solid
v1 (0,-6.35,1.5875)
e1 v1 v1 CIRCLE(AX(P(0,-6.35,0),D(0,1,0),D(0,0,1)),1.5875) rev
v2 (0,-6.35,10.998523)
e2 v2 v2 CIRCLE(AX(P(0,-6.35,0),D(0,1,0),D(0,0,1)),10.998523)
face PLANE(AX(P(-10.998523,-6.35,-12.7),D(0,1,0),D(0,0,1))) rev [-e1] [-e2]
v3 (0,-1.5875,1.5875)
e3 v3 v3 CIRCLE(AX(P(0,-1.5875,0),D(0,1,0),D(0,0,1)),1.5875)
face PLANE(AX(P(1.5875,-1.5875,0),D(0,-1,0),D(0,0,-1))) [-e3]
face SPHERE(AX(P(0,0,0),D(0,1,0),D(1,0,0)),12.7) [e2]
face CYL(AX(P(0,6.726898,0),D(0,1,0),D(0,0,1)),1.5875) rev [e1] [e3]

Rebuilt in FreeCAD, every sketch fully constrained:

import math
import FreeCAD as App
import Part
import Sketcher

V = App.Vector
Q = App.Units.Quantity


def add_polygon(sketch, points):
    """Adds a closed chain of lines whose ends are joined by coincident constraints."""
    first, n = sketch.GeometryCount, len(points)
    for a, b in zip(points, points[1:] + points[:1]):
        sketch.addGeometry(Part.LineSegment(App.Vector(*a, 0), App.Vector(*b, 0)), False)
    for i in range(n):
        sketch.addConstraint(Sketcher.Constraint("Coincident", first + i, 2, first + (i + 1) % n, 1))

doc = App.newDocument("Part")
body = doc.addObject("PartDesign::Body", "Body")

sketch1 = body.newObject("Sketcher::SketchObject", "Sketch")
sketch1.AttachmentSupport = (doc.getObject("XY_Plane"), [""])
sketch1.MapMode = "FlatFace"
sketch1.addGeometry([
    Part.LineSegment(V(0, 13, 0), V(0, -13, 0)),
    Part.ArcOfCircle(Part.Circle(V(0, 0, 0), V(0, 0, 1), 13), math.radians(-90), math.radians(90)),
], False)
sketch1.addConstraint([
    Sketcher.Constraint("Coincident", 0, 1, 1, 2),
    Sketcher.Constraint("Coincident", 1, 1, 0, 2),
    Sketcher.Constraint("Vertical", 0),
    Sketcher.Constraint("Coincident", 1, 3, -1, 1),
    Sketcher.Constraint("PointOnObject", 0, 1, -2),
    Sketcher.Constraint("Radius", 1, Q("0.5 in")),
])
revolution = body.newObject("PartDesign::Revolution", "Revolution")
revolution.Profile = sketch1
revolution.ReferenceAxis = (sketch1, ["V_Axis"])
revolution.Angle = 360

sketch2 = body.newObject("Sketcher::SketchObject", "Sketch001")
sketch2.AttachmentSupport = (doc.getObject("XY_Plane"), [""])
sketch2.MapMode = "FlatFace"
sketch2.addGeometry([
    Part.LineSegment(V(11, -6, 0), V(-11, -6, 0)),
    Part.ArcOfCircle(Part.Circle(V(0, 0, 0), V(0, 0, 1), 13), math.radians(-150), math.radians(-30)),
], False)
sketch2.addConstraint([
    Sketcher.Constraint("Coincident", 0, 1, 1, 2),
    Sketcher.Constraint("Coincident", 1, 1, 0, 2),
    Sketcher.Constraint("Horizontal", 0),
    Sketcher.Constraint("Coincident", 1, 3, -1, 1),
    Sketcher.Constraint("Radius", 1, Q("0.5 in")),
    Sketcher.Constraint("DistanceY", 0, 1, -1, 1, Q("0.25 in")),
])
pocket1 = body.newObject("PartDesign::Pocket", "Pocket")
pocket1.Profile = sketch2
pocket1.Type = "ThroughAll"
pocket1.Midplane = True

sketch3 = body.newObject("Sketcher::SketchObject", "Sketch002")
sketch3.AttachmentSupport = (doc.getObject("XY_Plane"), [""])
sketch3.MapMode = "FlatFace"
add_polygon(sketch3, [(0, -1.6), (0, -12.7), (1.6, -12.7), (1.6, -1.6)])
sketch3.addConstraint([
    Sketcher.Constraint("Vertical", 0),
    Sketcher.Constraint("Horizontal", 1),
    Sketcher.Constraint("Vertical", 2),
    Sketcher.Constraint("Horizontal", 3),
    Sketcher.Constraint("PointOnObject", 0, 2, -2),
    Sketcher.Constraint("DistanceY", 0, 2, -1, 1, Q("0.5 in")),
    Sketcher.Constraint("DistanceX", 1, 1, 1, 2, Q("0.0625 in")),
    Sketcher.Constraint("DistanceY", 0, 2, 0, 1, Q("0.4375 in")),
])
groove = body.newObject("PartDesign::Groove", "Groove")
groove.Profile = sketch3
groove.ReferenceAxis = (sketch3, ["V_Axis"])
groove.Angle = 360

doc.recompute()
◇ ◇ ◇ ◇ ◇
§ PROMPT: With the first line being the one containing "face SPHERE(AX(P(0,0,0),D(0,1,0),D(1,0,0)),12.7) [e2]" and the last line the one containing "Rebuilt in FreeCAD, every", transcribe exactly the lines above that fall in that range.

§ FINISHED EXERCISE:
face SPHERE(AX(P(0,0,0),D(0,1,0),D(1,0,0)),12.7) [e2]
face CYL(AX(P(0,6.726898,0),D(0,1,0),D(0,0,1)),1.5875) rev [e1] [e3]

Rebuilt in FreeCAD, every sketch fully constrained:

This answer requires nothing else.